---------- Data for the task

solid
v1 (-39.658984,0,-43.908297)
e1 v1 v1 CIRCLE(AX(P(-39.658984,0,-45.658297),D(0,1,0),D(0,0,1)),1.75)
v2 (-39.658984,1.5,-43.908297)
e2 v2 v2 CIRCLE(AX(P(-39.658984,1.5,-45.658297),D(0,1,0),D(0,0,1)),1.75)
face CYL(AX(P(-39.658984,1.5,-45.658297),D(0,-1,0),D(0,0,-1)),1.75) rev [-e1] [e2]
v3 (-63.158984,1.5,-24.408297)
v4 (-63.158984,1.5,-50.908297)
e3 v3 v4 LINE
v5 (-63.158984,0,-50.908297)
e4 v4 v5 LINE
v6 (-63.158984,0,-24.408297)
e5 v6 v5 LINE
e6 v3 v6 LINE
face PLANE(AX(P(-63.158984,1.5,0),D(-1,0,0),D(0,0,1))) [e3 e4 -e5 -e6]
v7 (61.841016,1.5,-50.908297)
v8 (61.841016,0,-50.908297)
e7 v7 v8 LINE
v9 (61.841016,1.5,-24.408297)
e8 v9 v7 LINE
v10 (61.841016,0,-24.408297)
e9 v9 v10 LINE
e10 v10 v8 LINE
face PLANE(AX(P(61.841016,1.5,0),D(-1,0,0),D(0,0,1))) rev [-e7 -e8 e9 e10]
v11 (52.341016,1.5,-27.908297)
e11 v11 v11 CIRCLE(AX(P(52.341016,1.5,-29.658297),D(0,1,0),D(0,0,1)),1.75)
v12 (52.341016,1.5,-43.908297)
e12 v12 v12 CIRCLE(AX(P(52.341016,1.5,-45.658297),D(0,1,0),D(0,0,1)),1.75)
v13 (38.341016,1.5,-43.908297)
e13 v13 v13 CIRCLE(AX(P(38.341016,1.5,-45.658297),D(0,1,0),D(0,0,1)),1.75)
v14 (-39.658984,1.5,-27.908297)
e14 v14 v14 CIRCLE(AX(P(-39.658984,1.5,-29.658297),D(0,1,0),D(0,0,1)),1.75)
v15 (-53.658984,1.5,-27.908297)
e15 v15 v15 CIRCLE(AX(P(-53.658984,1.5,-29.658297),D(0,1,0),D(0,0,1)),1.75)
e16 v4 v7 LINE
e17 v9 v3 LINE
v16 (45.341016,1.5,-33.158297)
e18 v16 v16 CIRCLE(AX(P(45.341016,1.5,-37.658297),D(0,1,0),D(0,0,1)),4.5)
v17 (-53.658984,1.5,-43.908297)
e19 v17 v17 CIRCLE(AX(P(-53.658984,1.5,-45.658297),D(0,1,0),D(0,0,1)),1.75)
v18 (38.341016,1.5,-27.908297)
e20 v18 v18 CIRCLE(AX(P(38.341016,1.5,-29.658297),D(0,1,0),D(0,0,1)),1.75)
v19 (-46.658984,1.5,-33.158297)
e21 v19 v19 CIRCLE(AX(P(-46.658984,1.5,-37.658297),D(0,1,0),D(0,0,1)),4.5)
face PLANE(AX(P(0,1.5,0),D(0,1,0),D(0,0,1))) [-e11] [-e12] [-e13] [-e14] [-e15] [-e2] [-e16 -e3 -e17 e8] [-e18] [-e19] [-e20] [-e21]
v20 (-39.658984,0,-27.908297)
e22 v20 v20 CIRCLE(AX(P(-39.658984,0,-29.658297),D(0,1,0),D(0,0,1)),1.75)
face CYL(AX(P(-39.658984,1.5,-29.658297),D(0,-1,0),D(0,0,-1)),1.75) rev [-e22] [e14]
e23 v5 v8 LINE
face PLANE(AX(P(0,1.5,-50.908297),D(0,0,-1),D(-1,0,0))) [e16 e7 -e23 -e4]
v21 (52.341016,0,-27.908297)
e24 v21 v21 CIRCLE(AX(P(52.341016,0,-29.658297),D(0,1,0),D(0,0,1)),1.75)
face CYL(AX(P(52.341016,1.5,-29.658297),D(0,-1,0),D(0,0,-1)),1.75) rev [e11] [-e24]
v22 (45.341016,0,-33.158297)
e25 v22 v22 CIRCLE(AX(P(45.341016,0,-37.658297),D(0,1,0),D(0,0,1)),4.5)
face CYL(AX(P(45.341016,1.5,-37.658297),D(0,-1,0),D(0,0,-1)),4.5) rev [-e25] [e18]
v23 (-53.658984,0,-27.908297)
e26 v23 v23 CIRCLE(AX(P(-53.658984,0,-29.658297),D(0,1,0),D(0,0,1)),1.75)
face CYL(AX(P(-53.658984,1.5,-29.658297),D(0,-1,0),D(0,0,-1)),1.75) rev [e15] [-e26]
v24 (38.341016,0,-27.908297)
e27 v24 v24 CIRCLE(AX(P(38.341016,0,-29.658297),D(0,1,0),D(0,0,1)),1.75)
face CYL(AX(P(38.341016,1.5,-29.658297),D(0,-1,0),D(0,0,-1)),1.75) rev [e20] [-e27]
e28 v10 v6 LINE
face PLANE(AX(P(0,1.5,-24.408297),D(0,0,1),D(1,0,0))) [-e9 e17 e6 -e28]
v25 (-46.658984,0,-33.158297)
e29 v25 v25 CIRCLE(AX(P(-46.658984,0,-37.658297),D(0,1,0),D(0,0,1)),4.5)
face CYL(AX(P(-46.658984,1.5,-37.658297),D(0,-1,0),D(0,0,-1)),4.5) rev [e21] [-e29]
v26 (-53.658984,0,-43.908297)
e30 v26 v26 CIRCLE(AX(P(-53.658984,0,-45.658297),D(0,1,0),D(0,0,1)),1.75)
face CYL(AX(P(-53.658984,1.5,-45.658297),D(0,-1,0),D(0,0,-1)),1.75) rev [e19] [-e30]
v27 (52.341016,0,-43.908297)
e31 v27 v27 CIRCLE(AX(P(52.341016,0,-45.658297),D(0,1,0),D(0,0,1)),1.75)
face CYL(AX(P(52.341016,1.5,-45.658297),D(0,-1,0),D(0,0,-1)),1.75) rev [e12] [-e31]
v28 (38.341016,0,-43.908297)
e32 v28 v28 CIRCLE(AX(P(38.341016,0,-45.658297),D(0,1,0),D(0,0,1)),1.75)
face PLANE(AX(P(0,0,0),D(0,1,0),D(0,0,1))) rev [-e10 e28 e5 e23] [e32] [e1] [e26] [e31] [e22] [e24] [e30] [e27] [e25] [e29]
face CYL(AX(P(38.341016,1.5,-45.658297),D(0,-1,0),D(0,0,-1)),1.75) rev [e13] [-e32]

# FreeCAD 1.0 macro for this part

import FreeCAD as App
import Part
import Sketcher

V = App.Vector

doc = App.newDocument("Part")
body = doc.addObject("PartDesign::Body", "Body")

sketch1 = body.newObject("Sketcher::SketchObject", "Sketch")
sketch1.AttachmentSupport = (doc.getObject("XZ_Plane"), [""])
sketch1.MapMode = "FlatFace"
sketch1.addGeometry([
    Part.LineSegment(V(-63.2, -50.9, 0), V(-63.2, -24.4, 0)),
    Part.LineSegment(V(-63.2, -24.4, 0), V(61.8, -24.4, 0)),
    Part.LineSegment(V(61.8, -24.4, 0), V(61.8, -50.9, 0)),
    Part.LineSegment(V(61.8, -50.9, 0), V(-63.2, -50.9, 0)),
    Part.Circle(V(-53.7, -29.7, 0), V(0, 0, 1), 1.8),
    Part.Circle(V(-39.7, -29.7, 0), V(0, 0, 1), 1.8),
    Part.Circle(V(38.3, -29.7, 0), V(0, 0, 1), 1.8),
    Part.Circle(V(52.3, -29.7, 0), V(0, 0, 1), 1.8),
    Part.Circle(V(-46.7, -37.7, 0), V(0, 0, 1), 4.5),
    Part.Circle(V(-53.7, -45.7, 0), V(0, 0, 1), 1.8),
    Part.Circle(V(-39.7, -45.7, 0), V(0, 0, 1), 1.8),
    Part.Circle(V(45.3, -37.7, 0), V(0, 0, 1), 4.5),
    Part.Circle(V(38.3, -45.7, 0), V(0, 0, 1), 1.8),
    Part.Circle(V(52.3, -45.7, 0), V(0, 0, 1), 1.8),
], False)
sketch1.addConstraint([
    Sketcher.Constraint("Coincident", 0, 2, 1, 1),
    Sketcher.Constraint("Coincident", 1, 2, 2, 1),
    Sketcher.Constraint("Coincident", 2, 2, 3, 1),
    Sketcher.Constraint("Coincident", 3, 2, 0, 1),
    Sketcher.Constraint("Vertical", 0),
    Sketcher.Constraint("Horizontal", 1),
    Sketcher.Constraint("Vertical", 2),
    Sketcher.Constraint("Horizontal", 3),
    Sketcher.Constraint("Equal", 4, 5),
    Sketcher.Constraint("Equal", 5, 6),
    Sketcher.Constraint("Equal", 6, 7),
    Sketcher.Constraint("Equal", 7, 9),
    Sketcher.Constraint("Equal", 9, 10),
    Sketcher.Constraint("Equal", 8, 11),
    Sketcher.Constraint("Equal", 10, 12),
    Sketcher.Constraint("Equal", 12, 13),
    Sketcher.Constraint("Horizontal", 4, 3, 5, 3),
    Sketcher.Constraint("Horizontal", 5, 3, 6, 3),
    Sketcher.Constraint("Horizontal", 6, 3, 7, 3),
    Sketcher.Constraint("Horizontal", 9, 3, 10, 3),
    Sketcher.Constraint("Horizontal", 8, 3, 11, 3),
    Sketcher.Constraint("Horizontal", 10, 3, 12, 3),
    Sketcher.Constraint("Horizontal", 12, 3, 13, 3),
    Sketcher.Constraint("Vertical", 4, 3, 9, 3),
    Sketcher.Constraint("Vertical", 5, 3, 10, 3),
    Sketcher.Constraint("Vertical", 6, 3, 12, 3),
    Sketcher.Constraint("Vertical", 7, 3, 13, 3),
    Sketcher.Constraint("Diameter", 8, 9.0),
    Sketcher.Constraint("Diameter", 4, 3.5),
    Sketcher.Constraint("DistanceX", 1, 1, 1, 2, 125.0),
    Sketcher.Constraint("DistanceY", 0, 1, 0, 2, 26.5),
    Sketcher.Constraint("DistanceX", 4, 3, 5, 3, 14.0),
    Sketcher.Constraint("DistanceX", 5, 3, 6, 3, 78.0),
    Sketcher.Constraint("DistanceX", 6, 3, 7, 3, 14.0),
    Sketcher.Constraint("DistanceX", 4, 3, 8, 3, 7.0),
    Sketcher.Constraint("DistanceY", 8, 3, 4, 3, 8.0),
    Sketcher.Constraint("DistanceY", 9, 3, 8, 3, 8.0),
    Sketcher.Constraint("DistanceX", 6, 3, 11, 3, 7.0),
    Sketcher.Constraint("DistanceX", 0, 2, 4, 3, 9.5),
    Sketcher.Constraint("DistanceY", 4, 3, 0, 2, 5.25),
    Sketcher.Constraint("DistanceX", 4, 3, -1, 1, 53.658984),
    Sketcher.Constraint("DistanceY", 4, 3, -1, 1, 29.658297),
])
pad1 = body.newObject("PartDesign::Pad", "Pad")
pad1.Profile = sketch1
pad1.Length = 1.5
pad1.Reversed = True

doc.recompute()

--------------------

__Task requirements__: Repeat, character for character, the lines of the material above from the line with "e29 v25 v25" through the line with "# FreeCAD 1.0 macro for this part".

__Completed exercise__:
e29 v25 v25 CIRCLE(AX(P(-46.658984,0,-37.658297),D(0,1,0),D(0,0,1)),4.5)
face CYL(AX(P(-46.658984,1.5,-37.658297),D(0,-1,0),D(0,0,-1)),4.5) rev [e21] [-e29]
v26 (-53.658984,0,-43.908297)
e30 v26 v26 CIRCLE(AX(P(-53.658984,0,-45.658297),D(0,1,0),D(0,0,1)),1.75)
face CYL(AX(P(-53.658984,1.5,-45.658297),D(0,-1,0),D(0,0,-1)),1.75) rev [e19] [-e30]
v27 (52.341016,0,-43.908297)
e31 v27 v27 CIRCLE(AX(P(52.341016,0,-45.658297),D(0,1,0),D(0,0,1)),1.75)
face CYL(AX(P(52.341016,1.5,-45.658297),D(0,-1,0),D(0,0,-1)),1.75) rev [e12] [-e31]
v28 (38.341016,0,-43.908297)
e32 v28 v28 CIRCLE(AX(P(38.341016,0,-45.658297),D(0,1,0),D(0,0,1)),1.75)
face PLANE(AX(P(0,0,0),D(0,1,0),D(0,0,1))) rev [-e10 e28 e5 e23] [e32] [e1] [e26] [e31] [e22] [e24] [e30] [e27] [e25] [e29]
face CYL(AX(P(38.341016,1.5,-45.658297),D(0,-1,0),D(0,0,-1)),1.75) rev [e13] [-e32]

# FreeCAD 1.0 macro for this part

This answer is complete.